Conventional discrete choice models rely on manual trial-and-error and subjective assumptions, resulting in low efficiency and poor reproducibility; existing metaheuristic approaches treat model specification as a static optimization problem, ignoring historical estimation information and thus failing to enable dynamic search adaptation or cross-task knowledge transfer. Method: We propose the first deep reinforcement learning–based (DQN) automated model search framework, formalizing model specification as a sequential decision-making process. We design a reward function jointly optimizing goodness-of-fit and model parsimony, and employ a serialized structural encoding scheme. Contribution/Results: The method requires no domain-specific prior knowledge, supports dynamic exploration control and cross-scenario knowledge transfer, and consistently converges to high-quality models under diverse data-generating processes. It significantly improves search efficiency, robustness, and generalization capability compared to state-of-the-art alternatives.

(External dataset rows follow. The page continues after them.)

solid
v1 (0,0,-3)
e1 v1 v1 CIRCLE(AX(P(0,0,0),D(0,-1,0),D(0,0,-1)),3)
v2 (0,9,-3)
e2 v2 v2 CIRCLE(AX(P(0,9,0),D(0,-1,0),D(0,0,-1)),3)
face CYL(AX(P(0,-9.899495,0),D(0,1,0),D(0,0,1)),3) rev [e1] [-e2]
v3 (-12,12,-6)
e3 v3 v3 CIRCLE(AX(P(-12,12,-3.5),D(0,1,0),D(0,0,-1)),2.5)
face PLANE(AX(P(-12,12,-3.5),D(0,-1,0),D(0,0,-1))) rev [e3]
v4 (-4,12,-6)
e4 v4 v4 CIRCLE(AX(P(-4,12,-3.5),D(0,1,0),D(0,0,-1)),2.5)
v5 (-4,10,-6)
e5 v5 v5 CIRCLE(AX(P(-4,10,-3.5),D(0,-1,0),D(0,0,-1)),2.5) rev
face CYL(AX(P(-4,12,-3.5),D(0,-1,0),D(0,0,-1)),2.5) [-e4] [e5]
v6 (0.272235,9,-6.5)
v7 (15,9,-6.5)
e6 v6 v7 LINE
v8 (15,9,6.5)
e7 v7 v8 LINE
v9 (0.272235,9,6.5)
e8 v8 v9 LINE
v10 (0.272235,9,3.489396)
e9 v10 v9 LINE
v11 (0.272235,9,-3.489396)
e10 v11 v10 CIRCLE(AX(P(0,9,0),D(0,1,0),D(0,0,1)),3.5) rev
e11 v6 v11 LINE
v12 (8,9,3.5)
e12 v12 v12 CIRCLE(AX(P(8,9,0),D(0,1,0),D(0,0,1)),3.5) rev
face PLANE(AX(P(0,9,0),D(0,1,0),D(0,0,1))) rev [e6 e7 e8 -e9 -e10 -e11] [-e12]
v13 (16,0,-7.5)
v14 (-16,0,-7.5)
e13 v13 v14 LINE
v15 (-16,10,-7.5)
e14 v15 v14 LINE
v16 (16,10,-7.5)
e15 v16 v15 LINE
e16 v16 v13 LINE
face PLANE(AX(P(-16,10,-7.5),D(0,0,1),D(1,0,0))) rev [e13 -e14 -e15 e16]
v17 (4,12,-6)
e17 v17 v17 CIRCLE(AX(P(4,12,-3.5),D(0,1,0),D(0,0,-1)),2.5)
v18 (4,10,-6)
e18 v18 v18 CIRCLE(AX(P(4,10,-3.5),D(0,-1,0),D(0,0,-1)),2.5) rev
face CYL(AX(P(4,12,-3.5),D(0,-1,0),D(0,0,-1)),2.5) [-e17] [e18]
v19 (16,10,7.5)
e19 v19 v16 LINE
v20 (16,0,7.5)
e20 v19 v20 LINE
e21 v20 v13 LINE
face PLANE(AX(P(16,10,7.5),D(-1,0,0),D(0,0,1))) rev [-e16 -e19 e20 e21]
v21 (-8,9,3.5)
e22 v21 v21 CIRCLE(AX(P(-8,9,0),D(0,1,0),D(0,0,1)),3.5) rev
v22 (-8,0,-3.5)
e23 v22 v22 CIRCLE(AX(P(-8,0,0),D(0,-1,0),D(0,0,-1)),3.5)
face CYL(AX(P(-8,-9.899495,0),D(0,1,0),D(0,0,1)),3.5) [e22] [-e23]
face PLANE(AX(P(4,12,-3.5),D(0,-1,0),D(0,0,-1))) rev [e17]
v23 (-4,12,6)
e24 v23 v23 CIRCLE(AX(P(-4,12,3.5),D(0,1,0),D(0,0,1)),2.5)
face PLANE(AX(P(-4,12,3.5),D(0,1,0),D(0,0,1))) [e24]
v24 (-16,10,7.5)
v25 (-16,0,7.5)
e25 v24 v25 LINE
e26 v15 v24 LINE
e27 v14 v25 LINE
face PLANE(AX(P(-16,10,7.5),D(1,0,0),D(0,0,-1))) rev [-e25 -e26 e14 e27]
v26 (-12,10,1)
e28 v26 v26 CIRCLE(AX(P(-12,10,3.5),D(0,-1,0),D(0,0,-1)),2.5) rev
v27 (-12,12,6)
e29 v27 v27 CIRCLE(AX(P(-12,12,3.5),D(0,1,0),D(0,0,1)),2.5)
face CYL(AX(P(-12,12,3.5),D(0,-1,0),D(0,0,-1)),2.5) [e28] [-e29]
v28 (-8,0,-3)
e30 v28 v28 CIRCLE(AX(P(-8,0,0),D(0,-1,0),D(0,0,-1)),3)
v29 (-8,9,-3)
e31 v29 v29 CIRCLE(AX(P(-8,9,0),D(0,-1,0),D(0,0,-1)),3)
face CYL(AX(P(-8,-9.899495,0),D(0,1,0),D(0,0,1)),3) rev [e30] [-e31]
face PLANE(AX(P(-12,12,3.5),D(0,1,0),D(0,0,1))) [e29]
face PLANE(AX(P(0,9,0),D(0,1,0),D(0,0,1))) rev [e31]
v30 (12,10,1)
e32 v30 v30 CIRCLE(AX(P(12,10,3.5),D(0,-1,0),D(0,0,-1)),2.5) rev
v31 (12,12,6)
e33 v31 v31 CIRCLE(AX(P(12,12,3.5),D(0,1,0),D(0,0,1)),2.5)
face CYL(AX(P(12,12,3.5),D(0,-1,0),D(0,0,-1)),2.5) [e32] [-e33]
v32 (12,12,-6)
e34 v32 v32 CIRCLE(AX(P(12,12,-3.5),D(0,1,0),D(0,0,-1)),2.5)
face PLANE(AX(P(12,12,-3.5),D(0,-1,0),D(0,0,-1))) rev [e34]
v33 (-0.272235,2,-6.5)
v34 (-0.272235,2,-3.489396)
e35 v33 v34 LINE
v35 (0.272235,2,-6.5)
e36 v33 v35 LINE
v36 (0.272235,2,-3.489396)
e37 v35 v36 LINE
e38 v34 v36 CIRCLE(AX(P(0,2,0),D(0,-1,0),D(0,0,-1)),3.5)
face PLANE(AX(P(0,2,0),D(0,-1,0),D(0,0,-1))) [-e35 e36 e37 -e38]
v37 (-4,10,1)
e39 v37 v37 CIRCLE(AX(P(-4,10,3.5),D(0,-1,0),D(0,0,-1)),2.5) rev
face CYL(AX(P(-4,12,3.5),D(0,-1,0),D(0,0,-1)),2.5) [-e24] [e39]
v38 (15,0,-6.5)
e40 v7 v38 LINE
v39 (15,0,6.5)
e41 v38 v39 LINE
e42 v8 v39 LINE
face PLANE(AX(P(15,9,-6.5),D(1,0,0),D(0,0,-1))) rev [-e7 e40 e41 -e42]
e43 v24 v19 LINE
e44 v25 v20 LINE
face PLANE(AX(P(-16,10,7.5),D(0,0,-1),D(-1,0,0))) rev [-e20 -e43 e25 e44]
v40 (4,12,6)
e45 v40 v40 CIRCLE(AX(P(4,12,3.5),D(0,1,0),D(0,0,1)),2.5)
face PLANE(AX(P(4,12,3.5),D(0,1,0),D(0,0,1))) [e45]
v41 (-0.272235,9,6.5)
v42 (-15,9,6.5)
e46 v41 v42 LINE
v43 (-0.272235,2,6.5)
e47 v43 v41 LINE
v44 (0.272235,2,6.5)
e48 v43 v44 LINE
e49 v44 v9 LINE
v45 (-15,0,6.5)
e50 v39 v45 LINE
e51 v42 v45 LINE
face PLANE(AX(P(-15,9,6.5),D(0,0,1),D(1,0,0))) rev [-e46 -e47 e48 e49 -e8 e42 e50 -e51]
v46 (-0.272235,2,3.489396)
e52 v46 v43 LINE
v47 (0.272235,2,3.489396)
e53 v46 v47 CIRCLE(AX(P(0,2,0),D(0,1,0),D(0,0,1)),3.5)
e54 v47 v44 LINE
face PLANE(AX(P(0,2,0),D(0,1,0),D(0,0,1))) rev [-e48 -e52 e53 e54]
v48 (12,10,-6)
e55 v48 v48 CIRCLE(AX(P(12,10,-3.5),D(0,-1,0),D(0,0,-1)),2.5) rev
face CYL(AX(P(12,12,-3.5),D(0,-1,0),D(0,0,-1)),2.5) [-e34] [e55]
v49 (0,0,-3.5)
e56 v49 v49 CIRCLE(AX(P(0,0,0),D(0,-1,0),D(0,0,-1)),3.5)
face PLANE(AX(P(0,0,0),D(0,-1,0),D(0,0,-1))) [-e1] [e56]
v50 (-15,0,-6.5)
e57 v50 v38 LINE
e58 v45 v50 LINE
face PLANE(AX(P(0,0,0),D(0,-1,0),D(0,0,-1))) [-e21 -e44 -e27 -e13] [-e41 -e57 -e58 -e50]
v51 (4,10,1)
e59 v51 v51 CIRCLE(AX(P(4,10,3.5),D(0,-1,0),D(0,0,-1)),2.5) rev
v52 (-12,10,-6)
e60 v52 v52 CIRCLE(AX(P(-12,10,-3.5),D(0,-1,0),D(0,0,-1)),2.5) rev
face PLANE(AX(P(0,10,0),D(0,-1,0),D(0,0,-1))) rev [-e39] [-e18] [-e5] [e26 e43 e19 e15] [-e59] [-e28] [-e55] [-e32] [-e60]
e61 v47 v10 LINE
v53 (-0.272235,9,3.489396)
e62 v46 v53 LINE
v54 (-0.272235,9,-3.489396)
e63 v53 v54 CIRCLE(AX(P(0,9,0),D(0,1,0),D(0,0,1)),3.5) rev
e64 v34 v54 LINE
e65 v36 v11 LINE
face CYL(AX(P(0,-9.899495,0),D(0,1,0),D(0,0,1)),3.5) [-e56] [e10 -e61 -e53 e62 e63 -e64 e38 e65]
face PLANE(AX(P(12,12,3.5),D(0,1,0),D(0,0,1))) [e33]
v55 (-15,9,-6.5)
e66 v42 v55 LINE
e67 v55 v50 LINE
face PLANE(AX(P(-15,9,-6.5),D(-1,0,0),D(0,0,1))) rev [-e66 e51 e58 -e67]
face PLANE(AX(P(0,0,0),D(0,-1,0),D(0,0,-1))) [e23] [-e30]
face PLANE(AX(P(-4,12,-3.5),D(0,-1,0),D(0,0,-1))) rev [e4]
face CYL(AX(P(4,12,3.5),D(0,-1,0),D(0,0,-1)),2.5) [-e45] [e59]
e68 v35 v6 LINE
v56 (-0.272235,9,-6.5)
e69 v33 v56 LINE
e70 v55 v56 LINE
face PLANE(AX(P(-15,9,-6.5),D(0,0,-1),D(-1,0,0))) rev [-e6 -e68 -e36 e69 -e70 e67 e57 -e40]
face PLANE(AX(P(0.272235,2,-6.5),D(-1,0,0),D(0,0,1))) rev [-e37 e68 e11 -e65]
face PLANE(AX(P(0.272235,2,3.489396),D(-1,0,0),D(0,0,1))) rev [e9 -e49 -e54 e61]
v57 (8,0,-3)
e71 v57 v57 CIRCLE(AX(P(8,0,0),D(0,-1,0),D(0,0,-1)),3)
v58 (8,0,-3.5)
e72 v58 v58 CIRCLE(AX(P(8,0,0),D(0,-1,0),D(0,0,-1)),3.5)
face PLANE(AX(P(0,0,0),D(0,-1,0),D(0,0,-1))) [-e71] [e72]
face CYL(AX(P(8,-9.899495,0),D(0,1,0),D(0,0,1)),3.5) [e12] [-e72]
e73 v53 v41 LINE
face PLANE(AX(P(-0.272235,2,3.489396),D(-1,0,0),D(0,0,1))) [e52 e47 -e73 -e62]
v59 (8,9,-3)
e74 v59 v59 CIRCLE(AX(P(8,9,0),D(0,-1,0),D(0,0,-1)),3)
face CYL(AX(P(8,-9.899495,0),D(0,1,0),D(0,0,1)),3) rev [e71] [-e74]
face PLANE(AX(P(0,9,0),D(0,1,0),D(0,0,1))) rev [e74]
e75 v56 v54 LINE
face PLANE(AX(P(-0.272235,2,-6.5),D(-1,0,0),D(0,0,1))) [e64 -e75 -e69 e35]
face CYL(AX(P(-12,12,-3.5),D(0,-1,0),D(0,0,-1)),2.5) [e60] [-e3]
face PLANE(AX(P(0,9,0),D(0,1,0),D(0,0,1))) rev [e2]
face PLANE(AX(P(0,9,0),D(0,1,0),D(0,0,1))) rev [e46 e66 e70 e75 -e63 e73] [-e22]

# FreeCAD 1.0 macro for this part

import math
import FreeCAD as App
import Part
import Sketcher
Q = App.Units.Quantity


def add_polygon(sketch, points):
    """Adds a closed chain of lines whose ends are joined by coincident constraints."""
    first, n = sketch.GeometryCount, len(points)
    for a, b in zip(points, points[1:] + points[:1]):
        sketch.addGeometry(Part.LineSegment(App.Vector(*a, 0), App.Vector(*b, 0)), False)
    for i in range(n):
        sketch.addConstraint(Sketcher.Constraint("Coincident", first + i, 2, first + (i + 1) % n, 1))

doc = App.newDocument("Part")
params = doc.addObject("Spreadsheet::Sheet", "Params")
for row, (alias, value) in enumerate([
    ("sketch1_width", "32 mm"),
    ("sketch1_height", "15 mm"),
    ("pad1_length", "10 mm"),
    ("sketch2_diameter", "5 mm"),
    ("pad2_length", "2 mm"),
    ("sketch3_width", "30 mm"),
    ("sketch3_height", "13 mm"),
    ("pocket1_length", "9 mm"),
    ("sketch4_diameter", "7 mm"),
    ("sketch4_diameter2", "6 mm"),
    ("pad3_length", "9 mm"),
    ("sketch5_radius", "3.5 mm"),
    ("pad4_length", "7 mm"),
], start=1):
    params.set(f"A{row}", alias)
    params.set(f"B{row}", "=" + value)
    params.setAlias(f"B{row}", alias)

body = doc.addObject("PartDesign::Body", "Body")

# Sketch on XZ plane
sketch1 = body.newObject("Sketcher::SketchObject", "Sketch")
sketch1.AttachmentSupport = (doc.getObject("XZ_Plane"), [""])
sketch1.MapMode = "FlatFace"
add_polygon(sketch1, [(-16, -8), (-16, 8), (16, 8), (16, -8)])  # lines 0-3
sketch1.addConstraint([
    Sketcher.Constraint("Vertical", 0),
    Sketcher.Constraint("Horizontal", 1),
    Sketcher.Constraint("Vertical", 2),
    Sketcher.Constraint("Horizontal", 3),
    Sketcher.Constraint("Symmetric", 0, 2, 2, 2, -1, 1),
    Sketcher.Constraint("DistanceX", 1, 1, 1, 2, Q("32 mm")),
    Sketcher.Constraint("DistanceY", 0, 1, 0, 2, Q("15 mm")),
])
sketch1.setExpression("Constraints[9]", "Params.sketch1_width")
sketch1.setExpression("Constraints[10]", "Params.sketch1_height")
pad1 = body.newObject("PartDesign::Pad", "Pad")
pad1.Profile = sketch1
pad1.setExpression("Length", "Params.pad1_length")
pad1.Reversed = True
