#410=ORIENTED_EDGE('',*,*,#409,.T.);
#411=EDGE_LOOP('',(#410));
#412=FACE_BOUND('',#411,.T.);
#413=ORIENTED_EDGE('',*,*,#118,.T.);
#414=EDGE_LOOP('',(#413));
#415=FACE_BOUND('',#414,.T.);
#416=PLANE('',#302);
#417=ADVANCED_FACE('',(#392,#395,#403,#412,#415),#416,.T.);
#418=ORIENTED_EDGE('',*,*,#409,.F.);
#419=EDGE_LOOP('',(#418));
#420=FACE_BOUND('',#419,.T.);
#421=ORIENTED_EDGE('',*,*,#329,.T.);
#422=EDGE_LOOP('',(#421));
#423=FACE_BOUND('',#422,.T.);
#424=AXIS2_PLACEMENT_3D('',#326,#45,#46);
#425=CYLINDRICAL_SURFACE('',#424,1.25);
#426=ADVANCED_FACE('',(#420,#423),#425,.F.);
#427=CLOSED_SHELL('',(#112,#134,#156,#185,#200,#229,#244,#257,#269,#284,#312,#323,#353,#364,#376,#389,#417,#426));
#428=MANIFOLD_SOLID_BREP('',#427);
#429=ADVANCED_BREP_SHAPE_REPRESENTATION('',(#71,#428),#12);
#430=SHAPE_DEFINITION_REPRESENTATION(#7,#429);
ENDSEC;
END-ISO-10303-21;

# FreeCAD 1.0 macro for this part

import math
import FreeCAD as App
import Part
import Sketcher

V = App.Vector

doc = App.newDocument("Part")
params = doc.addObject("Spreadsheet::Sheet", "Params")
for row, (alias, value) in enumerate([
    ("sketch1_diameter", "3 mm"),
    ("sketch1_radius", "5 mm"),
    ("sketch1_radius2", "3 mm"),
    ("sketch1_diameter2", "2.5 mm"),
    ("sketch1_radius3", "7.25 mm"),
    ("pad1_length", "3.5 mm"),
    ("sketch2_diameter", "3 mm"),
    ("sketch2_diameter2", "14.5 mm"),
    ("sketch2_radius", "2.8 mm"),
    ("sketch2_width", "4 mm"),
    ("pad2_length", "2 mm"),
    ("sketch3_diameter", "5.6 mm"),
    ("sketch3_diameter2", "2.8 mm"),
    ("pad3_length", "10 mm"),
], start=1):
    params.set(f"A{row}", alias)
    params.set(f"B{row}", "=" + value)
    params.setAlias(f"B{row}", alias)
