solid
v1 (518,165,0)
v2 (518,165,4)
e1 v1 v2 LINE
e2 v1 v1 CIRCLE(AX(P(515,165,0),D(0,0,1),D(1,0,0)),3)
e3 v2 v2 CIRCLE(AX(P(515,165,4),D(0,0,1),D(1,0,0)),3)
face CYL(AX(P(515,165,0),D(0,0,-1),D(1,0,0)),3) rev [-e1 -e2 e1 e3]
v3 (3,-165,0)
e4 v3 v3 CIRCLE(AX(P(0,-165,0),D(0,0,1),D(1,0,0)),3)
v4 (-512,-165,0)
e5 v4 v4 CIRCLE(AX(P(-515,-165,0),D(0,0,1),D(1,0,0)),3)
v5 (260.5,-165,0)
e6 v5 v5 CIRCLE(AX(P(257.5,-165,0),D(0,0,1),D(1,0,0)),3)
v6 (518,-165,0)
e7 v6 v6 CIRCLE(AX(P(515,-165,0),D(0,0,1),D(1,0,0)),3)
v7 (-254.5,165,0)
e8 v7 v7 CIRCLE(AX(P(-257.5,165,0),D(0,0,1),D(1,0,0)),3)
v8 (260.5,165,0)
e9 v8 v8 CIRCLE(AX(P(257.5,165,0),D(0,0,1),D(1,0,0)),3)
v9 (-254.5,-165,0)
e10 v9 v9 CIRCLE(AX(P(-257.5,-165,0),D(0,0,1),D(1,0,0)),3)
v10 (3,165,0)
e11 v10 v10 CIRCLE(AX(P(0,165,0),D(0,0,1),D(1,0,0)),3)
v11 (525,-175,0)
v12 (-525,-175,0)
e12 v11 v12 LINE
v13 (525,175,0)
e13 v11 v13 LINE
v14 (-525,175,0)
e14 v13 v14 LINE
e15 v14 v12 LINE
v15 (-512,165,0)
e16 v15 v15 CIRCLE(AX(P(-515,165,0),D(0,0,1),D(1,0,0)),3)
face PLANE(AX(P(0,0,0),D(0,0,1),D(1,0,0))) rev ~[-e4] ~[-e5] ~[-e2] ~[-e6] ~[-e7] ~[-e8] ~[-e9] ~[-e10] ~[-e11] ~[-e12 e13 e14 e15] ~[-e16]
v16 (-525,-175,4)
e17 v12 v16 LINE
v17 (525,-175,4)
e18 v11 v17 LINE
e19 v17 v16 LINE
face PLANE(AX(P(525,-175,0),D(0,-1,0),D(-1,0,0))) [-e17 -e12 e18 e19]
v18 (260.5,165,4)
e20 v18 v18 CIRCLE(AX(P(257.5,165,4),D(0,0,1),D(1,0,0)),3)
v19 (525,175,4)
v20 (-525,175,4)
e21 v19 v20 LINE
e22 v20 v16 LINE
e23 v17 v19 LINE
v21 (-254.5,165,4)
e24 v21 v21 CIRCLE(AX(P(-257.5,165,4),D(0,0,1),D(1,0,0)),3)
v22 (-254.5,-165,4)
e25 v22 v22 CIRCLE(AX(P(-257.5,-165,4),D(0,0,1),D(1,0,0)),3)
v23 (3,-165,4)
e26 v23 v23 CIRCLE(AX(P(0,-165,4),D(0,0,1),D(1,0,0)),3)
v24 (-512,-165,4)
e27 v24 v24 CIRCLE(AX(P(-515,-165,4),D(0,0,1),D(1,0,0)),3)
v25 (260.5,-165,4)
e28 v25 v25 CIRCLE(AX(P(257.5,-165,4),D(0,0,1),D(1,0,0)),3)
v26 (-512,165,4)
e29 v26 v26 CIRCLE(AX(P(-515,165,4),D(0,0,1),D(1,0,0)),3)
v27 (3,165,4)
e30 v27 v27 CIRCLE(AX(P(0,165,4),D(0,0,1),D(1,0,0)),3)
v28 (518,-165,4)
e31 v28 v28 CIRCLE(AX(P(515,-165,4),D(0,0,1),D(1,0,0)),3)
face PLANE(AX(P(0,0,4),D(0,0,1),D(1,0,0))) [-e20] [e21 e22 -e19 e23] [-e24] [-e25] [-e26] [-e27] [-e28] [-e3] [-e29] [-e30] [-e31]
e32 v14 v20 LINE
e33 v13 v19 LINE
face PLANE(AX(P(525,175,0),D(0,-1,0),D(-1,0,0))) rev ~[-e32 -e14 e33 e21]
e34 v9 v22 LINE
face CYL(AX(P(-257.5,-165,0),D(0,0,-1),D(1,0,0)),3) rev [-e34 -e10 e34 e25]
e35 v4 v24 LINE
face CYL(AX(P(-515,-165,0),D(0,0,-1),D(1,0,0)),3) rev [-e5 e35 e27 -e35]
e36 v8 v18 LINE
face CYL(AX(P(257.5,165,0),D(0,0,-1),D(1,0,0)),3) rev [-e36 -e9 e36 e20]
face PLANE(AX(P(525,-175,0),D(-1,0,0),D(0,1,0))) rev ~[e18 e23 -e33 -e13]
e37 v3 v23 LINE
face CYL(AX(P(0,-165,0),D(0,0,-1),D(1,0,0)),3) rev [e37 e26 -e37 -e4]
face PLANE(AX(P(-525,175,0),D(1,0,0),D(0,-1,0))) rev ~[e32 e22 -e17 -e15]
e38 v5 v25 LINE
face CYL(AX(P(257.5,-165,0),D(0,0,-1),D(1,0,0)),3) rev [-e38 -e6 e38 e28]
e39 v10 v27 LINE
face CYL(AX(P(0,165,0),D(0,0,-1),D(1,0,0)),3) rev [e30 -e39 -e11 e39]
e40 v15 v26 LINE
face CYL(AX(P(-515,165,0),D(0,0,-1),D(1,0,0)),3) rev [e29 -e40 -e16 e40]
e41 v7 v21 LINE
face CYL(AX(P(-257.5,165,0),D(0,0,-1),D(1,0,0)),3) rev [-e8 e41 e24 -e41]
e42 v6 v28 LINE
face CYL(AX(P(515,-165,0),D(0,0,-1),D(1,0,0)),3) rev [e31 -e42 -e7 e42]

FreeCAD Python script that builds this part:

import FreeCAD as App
import Part
import Sketcher
from FreeCAD import Vector
Q = App.Units.Quantity


def add_polygon(sketch, points):
    """Adds a closed chain of lines whose ends are joined by coincident constraints."""
    first, n = sketch.GeometryCount, len(points)
    for a, b in zip(points, points[1:] + points[:1]):
        sketch.addGeometry(Part.LineSegment(App.Vector(*a, 0), App.Vector(*b, 0)), False)
    for i in range(n):
        sketch.addConstraint(Sketcher.Constraint("Coincident", first + i, 2, first + (i + 1) % n, 1))

doc = App.newDocument("Part")
body = doc.addObject("PartDesign::Body", "Body")

sketch1 = doc.addObject("Sketcher::SketchObject", "Sketch")
body.addObject(sketch1)
sketch1.AttachmentSupport = (doc.XY_Plane, [""])
sketch1.MapMode = "FlatFace"
add_polygon(sketch1, [(525, -175), (525, 175), (-525, 175), (-525, -175)])
sketch1.addGeometry(Part.Circle(Vector(-515, -165, 0), Vector(0, 0, 1), 3), False)
sketch1.addGeometry(Part.Circle(Vector(-257.5, -165, 0), Vector(0, 0, 1), 3), False)
sketch1.addGeometry(Part.Circle(Vector(0, -165, 0), Vector(0, 0, 1), 3), False)
sketch1.addGeometry(Part.Circle(Vector(257.5, -165, 0), Vector(0, 0, 1), 3), False)
sketch1.addGeometry(Part.Circle(Vector(515, -165, 0), Vector(0, 0, 1), 3), False)
sketch1.addGeometry(Part.Circle(Vector(-515, 165, 0), Vector(0, 0, 1), 3), False)
sketch1.addGeometry(Part.Circle(Vector(-257.5, 165, 0), Vector(0, 0, 1), 3), False)
sketch1.addGeometry(Part.Circle(Vector(0, 165, 0), Vector(0, 0, 1), 3), False)
sketch1.addGeometry(Part.Circle(Vector(257.5, 165, 0), Vector(0, 0, 1), 3), False)
sketch1.addGeometry(Part.Circle(Vector(515, 165, 0), Vector(0, 0, 1), 3), False)
sketch1.addConstraint(Sketcher.Constraint("Vertical", 0))
sketch1.addConstraint(Sketcher.Constraint("Horizontal", 1))
sketch1.addConstraint(Sketcher.Constraint("Vertical", 2))
sketch1.addConstraint(Sketcher.Constraint("Horizontal", 3))
sketch1.addConstraint(Sketcher.Constraint("Equal", 4, 5))
sketch1.addConstraint(Sketcher.Constraint("Equal", 5, 6))
sketch1.addConstraint(Sketcher.Constraint("Equal", 6, 7))
sketch1.addConstraint(Sketcher.Constraint("Equal", 7, 8))
sketch1.addConstraint(Sketcher.Constraint("Equal", 8, 9))
sketch1.addConstraint(Sketcher.Constraint("Equal", 9, 10))
sketch1.addConstraint(Sketcher.Constraint("Equal", 10, 11))
sketch1.addConstraint(Sketcher.Constraint("Equal", 11, 12))
sketch1.addConstraint(Sketcher.Constraint("Equal", 12, 13))
sketch1.addConstraint(Sketcher.Constraint("Symmetric", 8, 3, 9, 3, -1, 1))
sketch1.addConstraint(Sketcher.Constraint("Symmetric", 7, 3, 10, 3, -1, 1))
sketch1.addConstraint(Sketcher.Constraint("Symmetric", 6, 3, 11, 3, -1, 1))
sketch1.addConstraint(Sketcher.Constraint("Symmetric", 5, 3, 12, 3, -1, 1))
sketch1.addConstraint(Sketcher.Constraint("Symmetric", 4, 3, 13, 3, -1, 1))
sketch1.addConstraint(Sketcher.Constraint("Symmetric", 0, 2, 2, 2, -1, 1))
sketch1.addConstraint(Sketcher.Constraint("Symmetric", 5, 3, 7, 3, -2))
sketch1.addConstraint(Sketcher.Constraint("Symmetric", 4, 3, 8, 3, -2))
sketch1.addConstraint(Sketcher.Constraint("PointOnObject", 6, 3, -2))
sketch1.addConstraint(Sketcher.Constraint("Horizontal", 4, 3, 5, 3))
sketch1.addConstraint(Sketcher.Constraint("Horizontal", 5, 3, 6, 3))
sketch1.addConstraint(Sketcher.Constraint("Diameter", 4, Q("6 mm")))
sketch1.addConstraint(Sketcher.Constraint("DistanceX", 1, 2, 1, 1, Q("1050 mm")))
sketch1.addConstraint(Sketcher.Constraint("DistanceY", 0, 1, 0, 2, Q("350 mm")))
sketch1.addConstraint(Sketcher.Constraint("DistanceX", 4, 3, -1, 1, Q("515 mm")))
sketch1.addConstraint(Sketcher.Constraint("DistanceY", 4, 3, -1, 1, Q("165 mm")))
sketch1.addConstraint(Sketcher.Constraint("DistanceX", 5, 3, 7, 3, Q("515 mm")))
pad1 = doc.addObject("PartDesign::Pad", "Pad")
body.addObject(pad1)
pad1.Profile = sketch1
pad1.Length = 4

doc.recompute()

Discrete choice modelling is a theory-driven modelling framework for understanding and forecasting choice behaviour. To obtain behavioural insights, modellers test several competing model specifications in their attempts to discover the 'true' data generation process. This trial-and-error process requires expertise, is time-consuming, and relies on subjective theoretical assumptions. Although metaheuristics have been proposed to assist choice modellers, they treat model specification as a classic optimisation problem, relying on static strategies, applying predefined rules, and neglecting outcomes from previous estimated models. As a result, current metaheuristics struggle to prioritise promising search regions, adapt exploration dynamically, and transfer knowledge to other modelling tasks. To address these limitations, we introduce a deep reinforcement learning-based framework where an 'agent' specifies models by estimating them and receiving rewards based on goodness-of-fit and parsimony. Results demonstrate the agent dynamically adapts its strategies to identify promising specifications across data generation processes, showing robustness and potential transferability, without prior domain knowledge.